From the line containing "arc A10 (20, 17)" to the last line of the records, please reproduce every line exactly and nothing more.

━━━━━ EXERCISE INPUTS

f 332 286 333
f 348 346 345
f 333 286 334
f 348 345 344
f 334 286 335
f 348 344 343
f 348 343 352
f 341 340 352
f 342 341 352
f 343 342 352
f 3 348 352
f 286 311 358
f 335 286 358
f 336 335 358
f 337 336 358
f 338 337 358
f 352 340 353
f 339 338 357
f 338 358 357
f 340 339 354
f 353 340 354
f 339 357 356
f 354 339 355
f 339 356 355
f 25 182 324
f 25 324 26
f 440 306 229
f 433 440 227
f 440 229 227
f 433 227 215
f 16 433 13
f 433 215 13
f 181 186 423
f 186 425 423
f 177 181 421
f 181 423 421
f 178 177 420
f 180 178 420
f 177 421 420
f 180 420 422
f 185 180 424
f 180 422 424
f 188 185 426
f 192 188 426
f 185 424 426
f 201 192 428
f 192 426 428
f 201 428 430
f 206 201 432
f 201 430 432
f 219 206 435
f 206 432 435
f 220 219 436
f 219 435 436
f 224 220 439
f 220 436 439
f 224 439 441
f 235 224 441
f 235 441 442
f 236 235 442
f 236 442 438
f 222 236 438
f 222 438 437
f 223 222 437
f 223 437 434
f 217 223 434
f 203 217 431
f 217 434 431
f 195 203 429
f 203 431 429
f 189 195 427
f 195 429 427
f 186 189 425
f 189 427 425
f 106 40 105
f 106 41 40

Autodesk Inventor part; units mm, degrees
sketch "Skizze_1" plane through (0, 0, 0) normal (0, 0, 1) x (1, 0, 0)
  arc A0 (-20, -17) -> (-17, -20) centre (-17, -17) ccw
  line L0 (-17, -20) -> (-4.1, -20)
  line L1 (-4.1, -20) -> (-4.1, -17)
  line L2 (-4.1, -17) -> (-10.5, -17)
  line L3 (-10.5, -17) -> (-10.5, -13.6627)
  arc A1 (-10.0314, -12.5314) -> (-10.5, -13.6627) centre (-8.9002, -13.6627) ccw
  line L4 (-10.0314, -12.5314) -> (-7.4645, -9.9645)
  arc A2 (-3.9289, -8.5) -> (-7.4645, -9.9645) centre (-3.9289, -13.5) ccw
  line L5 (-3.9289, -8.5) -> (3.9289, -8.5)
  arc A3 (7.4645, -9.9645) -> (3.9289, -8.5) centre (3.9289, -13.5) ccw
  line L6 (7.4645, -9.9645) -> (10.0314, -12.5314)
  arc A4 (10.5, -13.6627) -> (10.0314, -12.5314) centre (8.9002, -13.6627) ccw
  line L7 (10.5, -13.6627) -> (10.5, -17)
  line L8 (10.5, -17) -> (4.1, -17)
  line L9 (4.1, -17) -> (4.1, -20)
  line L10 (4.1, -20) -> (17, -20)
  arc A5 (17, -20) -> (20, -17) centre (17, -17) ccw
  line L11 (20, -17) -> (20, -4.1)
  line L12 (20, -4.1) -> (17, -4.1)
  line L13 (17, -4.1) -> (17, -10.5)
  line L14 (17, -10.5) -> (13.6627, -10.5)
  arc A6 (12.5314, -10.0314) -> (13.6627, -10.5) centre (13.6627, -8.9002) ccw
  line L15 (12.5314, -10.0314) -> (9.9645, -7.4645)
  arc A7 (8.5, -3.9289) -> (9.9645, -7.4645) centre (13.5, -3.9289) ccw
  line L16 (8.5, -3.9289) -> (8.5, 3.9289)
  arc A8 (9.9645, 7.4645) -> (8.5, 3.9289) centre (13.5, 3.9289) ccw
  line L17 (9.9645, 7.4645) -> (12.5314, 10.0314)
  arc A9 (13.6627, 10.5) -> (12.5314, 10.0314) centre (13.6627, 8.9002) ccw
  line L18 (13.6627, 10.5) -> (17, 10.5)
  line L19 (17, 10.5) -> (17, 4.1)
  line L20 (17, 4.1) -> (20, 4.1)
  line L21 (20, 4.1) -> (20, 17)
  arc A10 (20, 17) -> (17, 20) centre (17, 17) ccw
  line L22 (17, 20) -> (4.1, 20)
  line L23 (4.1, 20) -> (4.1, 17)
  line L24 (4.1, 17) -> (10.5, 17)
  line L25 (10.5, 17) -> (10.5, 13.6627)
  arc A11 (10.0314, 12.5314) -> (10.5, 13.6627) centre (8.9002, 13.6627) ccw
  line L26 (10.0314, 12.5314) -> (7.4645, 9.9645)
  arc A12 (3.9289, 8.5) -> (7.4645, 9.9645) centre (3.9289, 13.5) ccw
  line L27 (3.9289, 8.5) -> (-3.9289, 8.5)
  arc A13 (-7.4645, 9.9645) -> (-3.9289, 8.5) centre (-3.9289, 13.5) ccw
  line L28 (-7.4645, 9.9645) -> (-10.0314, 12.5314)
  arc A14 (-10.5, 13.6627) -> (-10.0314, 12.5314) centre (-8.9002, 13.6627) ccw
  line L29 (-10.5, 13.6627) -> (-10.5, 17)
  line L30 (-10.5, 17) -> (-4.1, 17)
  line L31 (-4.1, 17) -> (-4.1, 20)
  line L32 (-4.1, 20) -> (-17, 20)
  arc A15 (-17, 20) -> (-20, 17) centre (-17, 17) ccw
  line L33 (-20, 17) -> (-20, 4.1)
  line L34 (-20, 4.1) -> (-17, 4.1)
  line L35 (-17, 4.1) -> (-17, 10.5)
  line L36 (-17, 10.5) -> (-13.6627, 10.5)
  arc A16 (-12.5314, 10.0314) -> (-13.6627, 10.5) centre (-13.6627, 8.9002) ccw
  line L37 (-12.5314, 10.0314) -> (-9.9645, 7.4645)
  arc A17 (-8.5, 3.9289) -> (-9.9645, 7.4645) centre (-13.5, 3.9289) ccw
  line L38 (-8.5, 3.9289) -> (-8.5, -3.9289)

━━━━━━━━━━

■ WRITTEN RESPONSE
  arc A10 (20, 17) -> (17, 20) centre (17, 17) ccw
  line L22 (17, 20) -> (4.1, 20)
  line L23 (4.1, 20) -> (4.1, 17)
  line L24 (4.1, 17) -> (10.5, 17)
  line L25 (10.5, 17) -> (10.5, 13.6627)
  arc A11 (10.0314, 12.5314) -> (10.5, 13.6627) centre (8.9002, 13.6627) ccw
  line L26 (10.0314, 12.5314) -> (7.4645, 9.9645)
  arc A12 (3.9289, 8.5) -> (7.4645, 9.9645) centre (3.9289, 13.5) ccw
  line L27 (3.9289, 8.5) -> (-3.9289, 8.5)
  arc A13 (-7.4645, 9.9645) -> (-3.9289, 8.5) centre (-3.9289, 13.5) ccw
  line L28 (-7.4645, 9.9645) -> (-10.0314, 12.5314)
  arc A14 (-10.5, 13.6627) -> (-10.0314, 12.5314) centre (-8.9002, 13.6627) ccw
  line L29 (-10.5, 13.6627) -> (-10.5, 17)
  line L30 (-10.5, 17) -> (-4.1, 17)
  line L31 (-4.1, 17) -> (-4.1, 20)
  line L32 (-4.1, 20) -> (-17, 20)
  arc A15 (-17, 20) -> (-20, 17) centre (-17, 17) ccw
  line L33 (-20, 17) -> (-20, 4.1)
  line L34 (-20, 4.1) -> (-17, 4.1)
  line L35 (-17, 4.1) -> (-17, 10.5)
  line L36 (-17, 10.5) -> (-13.6627, 10.5)
  arc A16 (-12.5314, 10.0314) -> (-13.6627, 10.5) centre (-13.6627, 8.9002) ccw
  line L37 (-12.5314, 10.0314) -> (-9.9645, 7.4645)
  arc A17 (-8.5, 3.9289) -> (-9.9645, 7.4645) centre (-13.5, 3.9289) ccw
  line L38 (-8.5, 3.9289) -> (-8.5, -3.9289)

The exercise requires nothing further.